■ The task:
Copy exactly the stretch of data below from the line with "v38 (-5.307407,-2.798469,4.5)" through the line with "e44 v18 v40 LINE", including both of those lines.

───── Supplied data

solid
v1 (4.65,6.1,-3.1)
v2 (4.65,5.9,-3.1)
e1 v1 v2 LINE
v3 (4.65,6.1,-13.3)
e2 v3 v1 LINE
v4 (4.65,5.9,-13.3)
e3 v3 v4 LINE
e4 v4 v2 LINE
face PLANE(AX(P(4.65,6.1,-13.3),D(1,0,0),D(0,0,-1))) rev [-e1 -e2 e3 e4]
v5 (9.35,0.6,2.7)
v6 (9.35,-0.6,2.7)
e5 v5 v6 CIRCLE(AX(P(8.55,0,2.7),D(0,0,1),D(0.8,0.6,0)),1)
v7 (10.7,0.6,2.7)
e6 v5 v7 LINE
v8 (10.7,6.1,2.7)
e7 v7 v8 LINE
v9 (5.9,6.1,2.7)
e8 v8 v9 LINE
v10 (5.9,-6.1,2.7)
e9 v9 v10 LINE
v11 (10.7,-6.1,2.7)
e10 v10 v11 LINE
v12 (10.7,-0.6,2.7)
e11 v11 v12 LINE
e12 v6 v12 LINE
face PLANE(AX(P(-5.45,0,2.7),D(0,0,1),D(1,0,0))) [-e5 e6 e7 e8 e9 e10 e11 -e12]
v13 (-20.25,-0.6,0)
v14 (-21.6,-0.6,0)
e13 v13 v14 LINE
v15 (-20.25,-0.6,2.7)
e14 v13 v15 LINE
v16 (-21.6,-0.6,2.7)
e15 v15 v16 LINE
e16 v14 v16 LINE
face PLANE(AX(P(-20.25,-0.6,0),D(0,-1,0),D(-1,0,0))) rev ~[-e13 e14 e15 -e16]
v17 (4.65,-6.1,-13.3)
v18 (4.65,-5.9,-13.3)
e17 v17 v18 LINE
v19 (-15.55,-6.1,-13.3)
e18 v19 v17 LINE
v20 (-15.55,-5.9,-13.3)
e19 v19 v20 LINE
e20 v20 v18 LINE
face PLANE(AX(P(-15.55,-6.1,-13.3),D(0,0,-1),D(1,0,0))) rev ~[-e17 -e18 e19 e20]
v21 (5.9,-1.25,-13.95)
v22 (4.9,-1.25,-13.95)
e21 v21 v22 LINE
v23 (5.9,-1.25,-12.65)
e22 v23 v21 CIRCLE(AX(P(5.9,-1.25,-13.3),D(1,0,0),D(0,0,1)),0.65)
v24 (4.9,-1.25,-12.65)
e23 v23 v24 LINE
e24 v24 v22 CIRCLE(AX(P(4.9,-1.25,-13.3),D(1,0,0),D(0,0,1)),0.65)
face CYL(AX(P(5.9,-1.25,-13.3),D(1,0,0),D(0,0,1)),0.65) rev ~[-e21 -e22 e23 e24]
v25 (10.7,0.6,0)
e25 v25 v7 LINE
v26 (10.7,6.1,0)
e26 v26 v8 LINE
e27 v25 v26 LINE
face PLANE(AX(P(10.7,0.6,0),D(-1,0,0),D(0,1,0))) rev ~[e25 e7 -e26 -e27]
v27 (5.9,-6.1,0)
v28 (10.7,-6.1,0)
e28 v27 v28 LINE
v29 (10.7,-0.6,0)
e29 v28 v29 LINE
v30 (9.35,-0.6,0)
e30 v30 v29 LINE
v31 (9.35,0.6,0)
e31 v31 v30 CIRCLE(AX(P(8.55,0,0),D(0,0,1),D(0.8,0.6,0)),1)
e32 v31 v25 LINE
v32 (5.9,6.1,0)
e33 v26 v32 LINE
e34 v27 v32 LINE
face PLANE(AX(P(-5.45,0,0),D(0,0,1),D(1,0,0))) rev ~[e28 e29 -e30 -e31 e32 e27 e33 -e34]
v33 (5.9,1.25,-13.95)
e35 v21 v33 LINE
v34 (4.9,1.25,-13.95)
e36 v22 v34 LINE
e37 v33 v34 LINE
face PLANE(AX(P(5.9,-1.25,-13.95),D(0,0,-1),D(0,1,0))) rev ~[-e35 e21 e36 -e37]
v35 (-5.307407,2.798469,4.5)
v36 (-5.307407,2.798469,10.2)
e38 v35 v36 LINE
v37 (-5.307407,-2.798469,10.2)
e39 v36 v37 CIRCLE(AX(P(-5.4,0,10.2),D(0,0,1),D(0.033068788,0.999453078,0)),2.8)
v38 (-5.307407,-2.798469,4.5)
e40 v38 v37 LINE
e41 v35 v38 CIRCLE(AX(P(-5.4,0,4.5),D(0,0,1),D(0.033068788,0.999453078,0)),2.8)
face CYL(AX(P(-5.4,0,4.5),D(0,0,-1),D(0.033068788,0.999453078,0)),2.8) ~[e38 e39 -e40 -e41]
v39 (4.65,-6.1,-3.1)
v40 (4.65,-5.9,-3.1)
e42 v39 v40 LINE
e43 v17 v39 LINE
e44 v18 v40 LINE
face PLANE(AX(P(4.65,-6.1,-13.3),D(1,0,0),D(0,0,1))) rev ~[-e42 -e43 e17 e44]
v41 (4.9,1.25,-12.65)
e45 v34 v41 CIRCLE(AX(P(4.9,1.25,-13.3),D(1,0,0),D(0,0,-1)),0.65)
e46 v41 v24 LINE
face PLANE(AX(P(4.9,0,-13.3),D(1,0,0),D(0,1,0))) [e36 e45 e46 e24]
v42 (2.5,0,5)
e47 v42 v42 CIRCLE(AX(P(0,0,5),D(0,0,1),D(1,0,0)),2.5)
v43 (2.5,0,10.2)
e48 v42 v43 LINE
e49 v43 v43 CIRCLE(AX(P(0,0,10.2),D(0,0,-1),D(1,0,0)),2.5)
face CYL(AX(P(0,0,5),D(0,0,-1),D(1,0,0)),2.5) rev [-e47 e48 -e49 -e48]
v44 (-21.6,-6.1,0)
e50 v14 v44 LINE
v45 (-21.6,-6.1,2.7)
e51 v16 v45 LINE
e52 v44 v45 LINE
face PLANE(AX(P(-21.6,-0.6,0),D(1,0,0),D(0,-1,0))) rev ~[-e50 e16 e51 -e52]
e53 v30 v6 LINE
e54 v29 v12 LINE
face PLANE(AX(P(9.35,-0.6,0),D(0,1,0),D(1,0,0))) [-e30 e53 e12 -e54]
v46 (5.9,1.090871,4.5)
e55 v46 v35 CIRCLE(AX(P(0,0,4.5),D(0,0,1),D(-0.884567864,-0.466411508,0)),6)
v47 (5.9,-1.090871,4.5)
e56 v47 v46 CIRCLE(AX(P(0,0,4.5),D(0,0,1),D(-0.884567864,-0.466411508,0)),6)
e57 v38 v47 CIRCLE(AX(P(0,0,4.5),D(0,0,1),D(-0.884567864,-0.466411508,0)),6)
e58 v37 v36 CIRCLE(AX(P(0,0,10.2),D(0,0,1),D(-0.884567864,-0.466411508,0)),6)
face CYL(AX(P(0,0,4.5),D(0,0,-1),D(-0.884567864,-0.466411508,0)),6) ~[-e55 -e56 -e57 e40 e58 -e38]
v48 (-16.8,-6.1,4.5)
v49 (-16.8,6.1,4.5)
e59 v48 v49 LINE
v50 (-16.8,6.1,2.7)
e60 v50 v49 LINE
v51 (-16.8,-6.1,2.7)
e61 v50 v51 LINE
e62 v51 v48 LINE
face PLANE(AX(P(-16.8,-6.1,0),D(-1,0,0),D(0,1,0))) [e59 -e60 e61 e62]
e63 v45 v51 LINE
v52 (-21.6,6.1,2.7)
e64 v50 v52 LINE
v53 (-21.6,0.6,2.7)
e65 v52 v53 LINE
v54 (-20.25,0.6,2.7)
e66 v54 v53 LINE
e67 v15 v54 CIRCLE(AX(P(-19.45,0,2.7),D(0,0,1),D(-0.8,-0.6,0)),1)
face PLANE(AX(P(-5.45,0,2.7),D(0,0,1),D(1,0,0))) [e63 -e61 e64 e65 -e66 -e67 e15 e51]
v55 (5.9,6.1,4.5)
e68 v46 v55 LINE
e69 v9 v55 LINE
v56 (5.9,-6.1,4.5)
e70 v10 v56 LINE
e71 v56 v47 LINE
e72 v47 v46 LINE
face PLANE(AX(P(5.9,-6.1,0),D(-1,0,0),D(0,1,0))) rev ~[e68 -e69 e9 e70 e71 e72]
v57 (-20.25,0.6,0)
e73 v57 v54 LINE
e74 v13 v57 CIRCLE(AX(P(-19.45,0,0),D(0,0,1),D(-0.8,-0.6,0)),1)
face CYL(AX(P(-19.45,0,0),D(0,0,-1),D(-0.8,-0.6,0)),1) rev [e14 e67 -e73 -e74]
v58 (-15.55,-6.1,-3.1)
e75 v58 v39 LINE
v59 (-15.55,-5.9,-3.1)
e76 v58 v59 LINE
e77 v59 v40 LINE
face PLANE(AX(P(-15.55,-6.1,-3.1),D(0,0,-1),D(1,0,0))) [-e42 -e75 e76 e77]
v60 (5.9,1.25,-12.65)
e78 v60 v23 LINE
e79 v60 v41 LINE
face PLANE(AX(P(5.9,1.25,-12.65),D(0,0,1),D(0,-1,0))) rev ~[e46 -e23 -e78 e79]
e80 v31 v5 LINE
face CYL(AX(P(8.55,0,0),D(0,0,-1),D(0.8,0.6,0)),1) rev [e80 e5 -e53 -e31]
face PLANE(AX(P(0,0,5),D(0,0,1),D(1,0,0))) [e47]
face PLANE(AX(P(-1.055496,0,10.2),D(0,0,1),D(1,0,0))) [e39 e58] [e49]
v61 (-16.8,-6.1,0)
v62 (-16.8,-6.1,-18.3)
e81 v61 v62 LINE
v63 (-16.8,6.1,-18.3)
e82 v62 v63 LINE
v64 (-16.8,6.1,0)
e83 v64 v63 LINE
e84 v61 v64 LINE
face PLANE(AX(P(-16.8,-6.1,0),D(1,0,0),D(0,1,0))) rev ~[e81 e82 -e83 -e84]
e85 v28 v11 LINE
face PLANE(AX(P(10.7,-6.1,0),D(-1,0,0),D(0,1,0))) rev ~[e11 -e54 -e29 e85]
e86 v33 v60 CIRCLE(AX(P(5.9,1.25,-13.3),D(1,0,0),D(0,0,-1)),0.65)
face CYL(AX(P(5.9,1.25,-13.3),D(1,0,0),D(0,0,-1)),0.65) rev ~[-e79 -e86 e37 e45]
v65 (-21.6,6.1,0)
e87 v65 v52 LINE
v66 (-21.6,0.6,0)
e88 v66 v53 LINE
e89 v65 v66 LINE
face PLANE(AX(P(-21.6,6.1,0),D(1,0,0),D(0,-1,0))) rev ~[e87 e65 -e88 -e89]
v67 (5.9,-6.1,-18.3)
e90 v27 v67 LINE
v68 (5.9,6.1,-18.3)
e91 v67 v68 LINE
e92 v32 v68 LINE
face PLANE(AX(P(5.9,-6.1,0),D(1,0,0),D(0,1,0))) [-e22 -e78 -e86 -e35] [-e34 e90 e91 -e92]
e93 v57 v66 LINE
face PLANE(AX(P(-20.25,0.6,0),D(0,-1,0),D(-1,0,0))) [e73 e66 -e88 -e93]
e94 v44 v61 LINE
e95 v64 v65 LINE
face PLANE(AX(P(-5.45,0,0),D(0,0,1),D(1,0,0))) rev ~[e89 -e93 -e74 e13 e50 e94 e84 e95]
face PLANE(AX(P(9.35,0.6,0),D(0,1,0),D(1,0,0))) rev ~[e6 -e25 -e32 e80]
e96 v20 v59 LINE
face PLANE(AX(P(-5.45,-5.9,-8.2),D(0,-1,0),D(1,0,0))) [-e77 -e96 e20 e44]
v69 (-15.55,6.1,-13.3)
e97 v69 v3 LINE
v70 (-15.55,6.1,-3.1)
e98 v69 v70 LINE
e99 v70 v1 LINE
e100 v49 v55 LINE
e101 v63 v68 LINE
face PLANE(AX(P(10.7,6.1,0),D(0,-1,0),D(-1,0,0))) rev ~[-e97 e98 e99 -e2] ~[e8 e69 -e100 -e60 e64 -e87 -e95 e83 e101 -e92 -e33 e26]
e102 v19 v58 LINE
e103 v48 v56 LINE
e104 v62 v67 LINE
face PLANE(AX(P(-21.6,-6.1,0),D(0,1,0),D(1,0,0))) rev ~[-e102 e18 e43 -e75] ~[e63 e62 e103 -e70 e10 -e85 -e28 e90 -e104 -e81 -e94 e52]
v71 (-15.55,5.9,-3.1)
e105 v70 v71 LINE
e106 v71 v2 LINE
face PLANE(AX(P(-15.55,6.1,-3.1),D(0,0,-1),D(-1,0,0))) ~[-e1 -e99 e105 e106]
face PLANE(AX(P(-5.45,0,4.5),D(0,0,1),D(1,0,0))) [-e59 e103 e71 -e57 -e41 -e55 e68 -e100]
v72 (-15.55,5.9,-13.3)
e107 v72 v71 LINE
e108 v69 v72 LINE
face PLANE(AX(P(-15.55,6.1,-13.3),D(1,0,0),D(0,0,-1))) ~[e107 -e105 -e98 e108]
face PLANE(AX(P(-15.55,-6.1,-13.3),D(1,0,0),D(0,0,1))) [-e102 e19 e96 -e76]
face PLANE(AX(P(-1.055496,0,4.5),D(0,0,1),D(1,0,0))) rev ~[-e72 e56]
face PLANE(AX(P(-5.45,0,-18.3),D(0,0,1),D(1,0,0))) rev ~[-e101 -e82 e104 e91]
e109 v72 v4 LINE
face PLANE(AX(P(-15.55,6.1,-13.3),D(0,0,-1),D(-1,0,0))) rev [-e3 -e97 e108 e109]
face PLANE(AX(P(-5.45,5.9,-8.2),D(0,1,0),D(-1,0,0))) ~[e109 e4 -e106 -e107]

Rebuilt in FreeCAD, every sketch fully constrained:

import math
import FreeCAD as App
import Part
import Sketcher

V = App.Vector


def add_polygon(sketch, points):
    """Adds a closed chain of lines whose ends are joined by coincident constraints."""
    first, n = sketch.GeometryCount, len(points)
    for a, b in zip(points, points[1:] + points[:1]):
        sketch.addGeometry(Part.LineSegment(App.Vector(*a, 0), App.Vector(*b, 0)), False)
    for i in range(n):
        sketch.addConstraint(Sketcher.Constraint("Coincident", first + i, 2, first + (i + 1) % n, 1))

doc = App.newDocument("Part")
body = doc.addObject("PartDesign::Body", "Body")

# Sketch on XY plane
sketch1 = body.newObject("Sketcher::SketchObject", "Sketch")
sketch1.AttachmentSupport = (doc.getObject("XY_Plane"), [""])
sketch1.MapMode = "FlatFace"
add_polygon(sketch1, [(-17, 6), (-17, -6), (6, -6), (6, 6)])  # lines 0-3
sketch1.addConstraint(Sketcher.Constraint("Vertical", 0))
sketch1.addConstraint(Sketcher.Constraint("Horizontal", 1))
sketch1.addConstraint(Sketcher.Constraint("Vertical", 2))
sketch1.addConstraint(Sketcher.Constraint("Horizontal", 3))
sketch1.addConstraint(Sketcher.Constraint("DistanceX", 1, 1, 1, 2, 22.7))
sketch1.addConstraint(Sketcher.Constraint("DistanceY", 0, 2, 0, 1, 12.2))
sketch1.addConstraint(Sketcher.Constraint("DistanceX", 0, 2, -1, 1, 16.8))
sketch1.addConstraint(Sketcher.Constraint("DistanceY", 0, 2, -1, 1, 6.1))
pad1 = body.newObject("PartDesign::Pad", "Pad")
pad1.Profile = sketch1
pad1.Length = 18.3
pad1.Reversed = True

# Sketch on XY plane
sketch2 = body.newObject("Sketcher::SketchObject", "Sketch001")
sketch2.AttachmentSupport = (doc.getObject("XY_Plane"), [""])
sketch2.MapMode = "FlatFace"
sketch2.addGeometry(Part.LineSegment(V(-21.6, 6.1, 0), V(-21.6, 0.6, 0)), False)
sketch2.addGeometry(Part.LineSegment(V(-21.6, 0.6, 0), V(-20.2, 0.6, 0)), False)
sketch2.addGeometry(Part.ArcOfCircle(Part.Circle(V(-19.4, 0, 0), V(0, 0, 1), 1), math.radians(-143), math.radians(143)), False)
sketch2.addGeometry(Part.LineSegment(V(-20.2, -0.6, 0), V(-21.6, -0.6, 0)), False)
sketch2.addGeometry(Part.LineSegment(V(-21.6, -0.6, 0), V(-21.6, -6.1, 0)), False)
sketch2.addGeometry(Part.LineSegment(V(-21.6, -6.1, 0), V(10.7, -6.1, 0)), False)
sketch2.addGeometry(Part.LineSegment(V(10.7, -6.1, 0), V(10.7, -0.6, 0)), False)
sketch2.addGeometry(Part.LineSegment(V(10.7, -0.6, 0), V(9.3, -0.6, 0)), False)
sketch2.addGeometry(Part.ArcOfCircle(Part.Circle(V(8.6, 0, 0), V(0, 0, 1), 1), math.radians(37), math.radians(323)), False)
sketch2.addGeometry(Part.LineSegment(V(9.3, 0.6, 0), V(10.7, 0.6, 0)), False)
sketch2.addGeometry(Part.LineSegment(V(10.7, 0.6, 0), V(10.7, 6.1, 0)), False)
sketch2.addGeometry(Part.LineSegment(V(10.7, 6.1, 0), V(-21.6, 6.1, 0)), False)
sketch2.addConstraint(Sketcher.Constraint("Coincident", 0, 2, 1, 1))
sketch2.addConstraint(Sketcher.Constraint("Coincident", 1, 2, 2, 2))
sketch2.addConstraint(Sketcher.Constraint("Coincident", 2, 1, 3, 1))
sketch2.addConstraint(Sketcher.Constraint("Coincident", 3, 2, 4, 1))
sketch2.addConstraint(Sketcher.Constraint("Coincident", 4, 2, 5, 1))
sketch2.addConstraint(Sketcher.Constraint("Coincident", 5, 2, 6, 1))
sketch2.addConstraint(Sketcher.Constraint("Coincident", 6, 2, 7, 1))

──────────

■ Response area:
v38 (-5.307407,-2.798469,4.5)
e40 v38 v37 LINE
e41 v35 v38 CIRCLE(AX(P(-5.4,0,4.5),D(0,0,1),D(0.033068788,0.999453078,0)),2.8)
face CYL(AX(P(-5.4,0,4.5),D(0,0,-1),D(0.033068788,0.999453078,0)),2.8) ~[e38 e39 -e40 -e41]
v39 (4.65,-6.1,-3.1)
v40 (4.65,-5.9,-3.1)
e42 v39 v40 LINE
e43 v17 v39 LINE
e44 v18 v40 LINE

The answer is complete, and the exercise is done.